The three main characters are considered ta’varen, meaning they are forced down a certain path by fate. The metaphor used is lace – the wheel of time spins the lace of time, and each person follows their own thread, and all people create the pattern. If the ta’varen divert from this pattern however, they are compelled back onto the right path. The three main characters therefore live by a form of determinism – or a somewhat limited free will.

Allegory for War

Robert Jordan wrote the books as a veteran of the Vietnam War, and so they also act as a form of moral philosophical exploration of what it means to have done both good and evil, and how to deal with the good and evil inside of us.

After returning from the war, Jordan wrote of his personal experience:

I had two nicknames in ‘Nam. First up was Ganesha, after the Hindu god called the Remover of Obstacles. He’s the one with the elephant head. That one stuck with me, but I gained another that I didn’t like so much. The Iceman. One day, we had what the Aussies called a bit of a brass-up. Just our ship alone, but we caught an NVA battalion crossing a river, and wonder of wonders, we got permission to fire before they finished.

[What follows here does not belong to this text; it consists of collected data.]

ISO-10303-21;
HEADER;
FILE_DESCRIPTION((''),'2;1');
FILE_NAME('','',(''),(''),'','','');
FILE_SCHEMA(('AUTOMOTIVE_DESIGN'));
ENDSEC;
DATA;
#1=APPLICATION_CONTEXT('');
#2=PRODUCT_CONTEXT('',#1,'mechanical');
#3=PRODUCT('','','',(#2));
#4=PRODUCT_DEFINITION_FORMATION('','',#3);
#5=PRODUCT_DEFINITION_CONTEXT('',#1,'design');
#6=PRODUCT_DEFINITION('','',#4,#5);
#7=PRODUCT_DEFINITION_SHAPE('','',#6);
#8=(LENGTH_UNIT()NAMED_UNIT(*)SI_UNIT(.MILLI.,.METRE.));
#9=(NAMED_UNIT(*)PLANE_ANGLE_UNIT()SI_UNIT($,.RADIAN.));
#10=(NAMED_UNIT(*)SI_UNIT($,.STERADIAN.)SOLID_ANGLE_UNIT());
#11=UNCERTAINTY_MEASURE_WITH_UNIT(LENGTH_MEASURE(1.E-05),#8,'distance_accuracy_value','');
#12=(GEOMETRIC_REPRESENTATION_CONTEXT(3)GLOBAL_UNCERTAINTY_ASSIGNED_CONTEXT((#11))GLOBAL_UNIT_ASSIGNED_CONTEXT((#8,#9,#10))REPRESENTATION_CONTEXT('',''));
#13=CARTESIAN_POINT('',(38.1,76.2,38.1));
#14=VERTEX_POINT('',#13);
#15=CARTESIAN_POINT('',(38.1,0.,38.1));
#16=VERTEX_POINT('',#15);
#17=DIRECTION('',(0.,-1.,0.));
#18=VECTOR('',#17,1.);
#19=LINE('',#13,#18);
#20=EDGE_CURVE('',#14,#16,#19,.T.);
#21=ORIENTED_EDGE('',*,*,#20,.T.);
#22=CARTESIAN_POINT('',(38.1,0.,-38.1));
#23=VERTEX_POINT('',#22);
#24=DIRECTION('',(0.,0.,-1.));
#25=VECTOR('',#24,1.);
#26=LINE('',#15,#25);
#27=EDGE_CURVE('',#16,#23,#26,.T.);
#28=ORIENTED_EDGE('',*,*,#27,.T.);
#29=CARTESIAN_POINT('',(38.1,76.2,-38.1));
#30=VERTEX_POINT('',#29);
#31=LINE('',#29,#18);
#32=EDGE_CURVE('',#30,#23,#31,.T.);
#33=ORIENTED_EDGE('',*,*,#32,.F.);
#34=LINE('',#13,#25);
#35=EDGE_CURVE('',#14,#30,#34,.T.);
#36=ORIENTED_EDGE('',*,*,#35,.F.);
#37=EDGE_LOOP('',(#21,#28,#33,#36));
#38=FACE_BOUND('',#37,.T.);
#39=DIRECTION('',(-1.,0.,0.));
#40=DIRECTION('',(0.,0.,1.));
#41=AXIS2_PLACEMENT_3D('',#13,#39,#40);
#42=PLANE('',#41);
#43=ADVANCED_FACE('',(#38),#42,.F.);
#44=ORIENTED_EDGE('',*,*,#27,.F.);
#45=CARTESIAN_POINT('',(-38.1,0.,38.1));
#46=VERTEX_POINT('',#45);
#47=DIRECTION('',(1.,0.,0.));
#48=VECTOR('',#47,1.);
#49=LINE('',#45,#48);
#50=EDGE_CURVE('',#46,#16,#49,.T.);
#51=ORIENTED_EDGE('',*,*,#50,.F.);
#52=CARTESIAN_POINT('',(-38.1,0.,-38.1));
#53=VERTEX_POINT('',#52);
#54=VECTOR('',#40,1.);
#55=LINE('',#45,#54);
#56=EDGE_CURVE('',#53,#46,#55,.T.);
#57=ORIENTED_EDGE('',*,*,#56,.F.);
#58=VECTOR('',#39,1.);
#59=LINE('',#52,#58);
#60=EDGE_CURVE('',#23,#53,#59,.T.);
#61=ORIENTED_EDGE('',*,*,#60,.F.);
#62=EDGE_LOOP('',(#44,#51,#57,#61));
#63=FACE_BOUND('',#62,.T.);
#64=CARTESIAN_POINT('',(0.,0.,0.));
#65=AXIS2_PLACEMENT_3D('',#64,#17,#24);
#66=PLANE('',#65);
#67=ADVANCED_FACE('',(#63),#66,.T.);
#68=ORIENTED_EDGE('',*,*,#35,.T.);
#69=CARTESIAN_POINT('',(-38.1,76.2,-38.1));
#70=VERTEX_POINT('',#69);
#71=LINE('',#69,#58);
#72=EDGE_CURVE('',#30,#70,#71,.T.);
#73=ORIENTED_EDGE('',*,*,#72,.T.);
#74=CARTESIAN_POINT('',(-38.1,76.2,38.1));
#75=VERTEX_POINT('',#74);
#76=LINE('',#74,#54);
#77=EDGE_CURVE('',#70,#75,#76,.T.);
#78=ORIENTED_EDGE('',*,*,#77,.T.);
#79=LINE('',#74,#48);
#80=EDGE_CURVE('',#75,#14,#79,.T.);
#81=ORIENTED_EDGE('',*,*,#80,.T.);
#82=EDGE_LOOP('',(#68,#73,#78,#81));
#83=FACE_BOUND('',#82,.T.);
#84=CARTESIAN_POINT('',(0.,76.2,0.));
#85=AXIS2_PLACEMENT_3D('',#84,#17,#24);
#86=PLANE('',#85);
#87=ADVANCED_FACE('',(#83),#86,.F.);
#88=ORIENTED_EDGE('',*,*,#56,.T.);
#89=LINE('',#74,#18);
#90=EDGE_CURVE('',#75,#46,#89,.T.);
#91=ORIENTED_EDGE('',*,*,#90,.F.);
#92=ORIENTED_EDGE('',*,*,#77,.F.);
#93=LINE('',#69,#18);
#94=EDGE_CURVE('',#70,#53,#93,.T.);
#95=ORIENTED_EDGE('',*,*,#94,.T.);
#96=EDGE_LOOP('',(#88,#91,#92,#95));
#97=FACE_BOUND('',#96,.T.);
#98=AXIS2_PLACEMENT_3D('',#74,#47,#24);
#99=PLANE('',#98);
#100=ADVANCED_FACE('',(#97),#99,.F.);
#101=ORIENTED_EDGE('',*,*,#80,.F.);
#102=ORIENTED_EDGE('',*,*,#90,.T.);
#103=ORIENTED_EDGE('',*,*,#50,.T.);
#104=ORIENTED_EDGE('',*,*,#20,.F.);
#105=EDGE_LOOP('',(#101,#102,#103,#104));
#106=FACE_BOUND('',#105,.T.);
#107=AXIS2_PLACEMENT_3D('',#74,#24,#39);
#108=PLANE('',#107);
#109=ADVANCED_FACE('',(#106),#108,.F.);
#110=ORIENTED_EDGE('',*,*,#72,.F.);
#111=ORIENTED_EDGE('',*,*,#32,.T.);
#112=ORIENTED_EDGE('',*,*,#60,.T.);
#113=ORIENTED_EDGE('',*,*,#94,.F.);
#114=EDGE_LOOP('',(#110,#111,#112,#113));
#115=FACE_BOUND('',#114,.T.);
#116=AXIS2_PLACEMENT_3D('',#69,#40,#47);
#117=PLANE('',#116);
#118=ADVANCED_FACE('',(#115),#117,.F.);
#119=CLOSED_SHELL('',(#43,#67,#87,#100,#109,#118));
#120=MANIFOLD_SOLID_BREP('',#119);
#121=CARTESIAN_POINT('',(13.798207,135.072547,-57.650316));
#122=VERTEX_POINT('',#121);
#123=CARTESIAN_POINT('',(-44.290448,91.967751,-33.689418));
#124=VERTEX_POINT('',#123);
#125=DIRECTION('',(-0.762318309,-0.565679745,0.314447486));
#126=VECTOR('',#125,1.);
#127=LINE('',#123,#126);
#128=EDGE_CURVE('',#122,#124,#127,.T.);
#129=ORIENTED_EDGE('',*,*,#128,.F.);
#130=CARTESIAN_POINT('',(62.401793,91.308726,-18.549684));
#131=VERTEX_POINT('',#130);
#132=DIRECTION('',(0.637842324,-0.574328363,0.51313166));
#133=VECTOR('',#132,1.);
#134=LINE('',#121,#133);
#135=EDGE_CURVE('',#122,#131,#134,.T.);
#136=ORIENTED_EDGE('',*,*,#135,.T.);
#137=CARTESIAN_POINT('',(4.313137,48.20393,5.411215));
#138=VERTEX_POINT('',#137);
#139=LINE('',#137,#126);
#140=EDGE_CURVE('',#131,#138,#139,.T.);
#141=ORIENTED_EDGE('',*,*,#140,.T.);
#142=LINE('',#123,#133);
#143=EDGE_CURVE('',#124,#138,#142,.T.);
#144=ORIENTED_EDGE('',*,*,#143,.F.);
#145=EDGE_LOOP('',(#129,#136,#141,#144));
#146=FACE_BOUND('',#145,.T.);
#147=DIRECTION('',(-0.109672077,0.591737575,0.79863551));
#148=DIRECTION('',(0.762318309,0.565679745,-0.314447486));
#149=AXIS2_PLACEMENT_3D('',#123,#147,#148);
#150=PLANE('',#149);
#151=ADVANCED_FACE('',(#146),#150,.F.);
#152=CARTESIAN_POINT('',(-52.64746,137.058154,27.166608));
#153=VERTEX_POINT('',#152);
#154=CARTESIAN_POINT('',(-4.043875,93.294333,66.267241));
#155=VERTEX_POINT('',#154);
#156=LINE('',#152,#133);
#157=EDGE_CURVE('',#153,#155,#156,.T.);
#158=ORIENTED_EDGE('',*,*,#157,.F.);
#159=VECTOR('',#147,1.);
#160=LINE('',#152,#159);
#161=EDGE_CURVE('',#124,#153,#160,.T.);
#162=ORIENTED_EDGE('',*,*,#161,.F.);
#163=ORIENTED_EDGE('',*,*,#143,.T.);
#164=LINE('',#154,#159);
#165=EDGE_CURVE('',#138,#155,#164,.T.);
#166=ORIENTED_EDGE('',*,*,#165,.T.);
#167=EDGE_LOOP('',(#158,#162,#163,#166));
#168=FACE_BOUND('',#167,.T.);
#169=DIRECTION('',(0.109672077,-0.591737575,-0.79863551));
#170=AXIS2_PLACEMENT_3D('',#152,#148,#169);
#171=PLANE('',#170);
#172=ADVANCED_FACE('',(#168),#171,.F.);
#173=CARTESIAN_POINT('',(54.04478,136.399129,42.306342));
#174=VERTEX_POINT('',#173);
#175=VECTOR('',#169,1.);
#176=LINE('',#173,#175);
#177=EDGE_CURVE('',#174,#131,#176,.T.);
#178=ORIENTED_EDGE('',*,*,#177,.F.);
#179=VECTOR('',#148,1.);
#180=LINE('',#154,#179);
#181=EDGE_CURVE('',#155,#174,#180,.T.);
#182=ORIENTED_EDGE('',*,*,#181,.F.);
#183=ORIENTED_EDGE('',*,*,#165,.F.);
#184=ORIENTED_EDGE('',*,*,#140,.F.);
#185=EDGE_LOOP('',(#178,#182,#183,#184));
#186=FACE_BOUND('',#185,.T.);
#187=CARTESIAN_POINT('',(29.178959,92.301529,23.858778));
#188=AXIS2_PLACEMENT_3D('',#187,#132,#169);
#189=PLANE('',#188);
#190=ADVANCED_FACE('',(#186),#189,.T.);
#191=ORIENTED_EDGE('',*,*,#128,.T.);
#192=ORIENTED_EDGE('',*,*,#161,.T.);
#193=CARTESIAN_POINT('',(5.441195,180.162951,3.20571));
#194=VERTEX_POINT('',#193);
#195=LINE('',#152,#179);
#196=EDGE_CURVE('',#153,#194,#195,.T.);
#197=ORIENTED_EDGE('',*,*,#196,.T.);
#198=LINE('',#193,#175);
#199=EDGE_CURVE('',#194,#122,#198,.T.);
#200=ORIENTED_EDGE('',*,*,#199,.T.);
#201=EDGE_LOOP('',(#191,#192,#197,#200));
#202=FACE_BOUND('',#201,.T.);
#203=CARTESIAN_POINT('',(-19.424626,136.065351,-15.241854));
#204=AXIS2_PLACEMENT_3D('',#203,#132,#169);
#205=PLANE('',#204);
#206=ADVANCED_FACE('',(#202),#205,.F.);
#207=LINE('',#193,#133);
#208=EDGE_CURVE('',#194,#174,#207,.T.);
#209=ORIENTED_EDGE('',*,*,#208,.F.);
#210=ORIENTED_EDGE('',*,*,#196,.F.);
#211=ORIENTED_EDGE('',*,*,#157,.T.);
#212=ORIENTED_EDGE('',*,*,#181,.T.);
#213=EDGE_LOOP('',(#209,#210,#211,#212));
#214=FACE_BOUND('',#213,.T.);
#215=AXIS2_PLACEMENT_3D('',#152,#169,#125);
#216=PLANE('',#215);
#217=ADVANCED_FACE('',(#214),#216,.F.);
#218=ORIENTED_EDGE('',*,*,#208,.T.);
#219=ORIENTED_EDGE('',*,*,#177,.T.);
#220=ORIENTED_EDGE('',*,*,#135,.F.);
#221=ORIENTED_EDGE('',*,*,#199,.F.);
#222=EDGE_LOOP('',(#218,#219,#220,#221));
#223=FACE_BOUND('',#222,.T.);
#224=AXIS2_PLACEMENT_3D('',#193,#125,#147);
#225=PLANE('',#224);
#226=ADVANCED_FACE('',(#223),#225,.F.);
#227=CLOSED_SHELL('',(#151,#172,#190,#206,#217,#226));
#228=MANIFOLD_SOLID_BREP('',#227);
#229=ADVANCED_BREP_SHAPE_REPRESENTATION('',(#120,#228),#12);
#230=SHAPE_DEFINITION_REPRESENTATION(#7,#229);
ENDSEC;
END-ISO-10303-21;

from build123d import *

# Parameters (mm, degrees)
SKETCH1_W             = 76.2
SKETCH1_H             = 76.2
BOSS_EXTRUDE1_DEPTH   = 76.2
BODY_MOVE_COPY1_ANGLE = 55.414104867


with BuildPart() as part:
    # Sketch1 → Boss-Extrude1 (new body)
    with BuildSketch(Plane(origin=(0, 0, 0), x_dir=(1, 0, 0), z_dir=(0, 1, 0))):
        Rectangle(SKETCH1_W, SKETCH1_H)
    extrude(amount=BOSS_EXTRUDE1_DEPTH)


with BuildPart() as body_2:
    # Body-Move/Copy1: copy of part
    add(part.part.moved(Location((0, 0, 0))).rotate(Axis((5.437361952, 44.153662141, -2.520942783), (-0.6710198380109645, 0.12436617590709464, 0.7309346285995654)), BODY_MOVE_COPY1_ANGLE))


with BuildPart() as body_2_1:
    # Body-Move/Copy2: moved
    add(body_2.part.moved(Location((0, 75.090636707, 0))))


solid = Compound([part.part, body_2_1.part])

The gunner had a round explode in the chamber, jamming his 60, and the fool had left his barrel bag, with spares, back in the revetment. So while he was frantically rummaging under my seat for my barrel bag, it was over to me, young and crazy, standing on the skid, singing something by the Stones at the of my lungs with the mike keyed so the others could listen in, and Lord, Lord, I rode that 60. 3000 rounds, an empty ammo box, and a smoking barrel that I had burned out because I didn’t want to take the time to change.

We got ordered out right after I went dry, so the artillery could open up, and of course, the arty took credit for every body recovered, but we could count how many bodies were floating in the river when we pulled out. The next day in the orderly room an officer with a literary bent announced my entrance with “Behold, the Iceman cometh.” For those of you unfamiliar with Eugene O’Neil, the Iceman was Death. I hated that name, but I couldn’t shake it. And, to tell you the truth, by that time maybe it fit.

I have, or used to have, a photo of a young man sitting on a log eating C-rations with a pair of chopsticks. There are three dead NVA laid out in a line just beside him. He didn’t kill them. He didn’t choose to sit there because of the bodies. It was just the most convenient place to sit. The bodies don’t bother him. He doesn’t care. They’re just part of the landscape. The young man is glancing at the camera, and you know in one look that you aren’t going to take this guy home to meet your parents.

Back in the world, you wouldn’t want him in your neighborhood, because he is cold, cold, cold. I strangled that SOB, drove a stake through his heart, and buried him face down under a crossroad outside Saigon before coming home, because I knew that guy wasn’t made to survive in a civilian environment. I think he’s gone. All of him. I hope so. I much prefer being remembered as Ganesha, the Remover of Obstacles.

Rand undergoes his own similarly dark journey in the latter Wheel of Time books, committing acts of atrocity and war crimes, killing civilians and using the magical equivalent of nuclear weapons. His spiritual healing comes not from victory in battle or ‘winning,’ but in the form of integration. Rand learns several lessons here.

There is a quote about duty being heavier than a mountain and death being light as a feather, which is about coming to terms with life as a struggle worth doing. There’s also a lot about truth and honor which really resonates with me. And an idea of masculinity, which rejects the idea of being tough as steal, and instead being an integration of strength, laughter, love and compassion.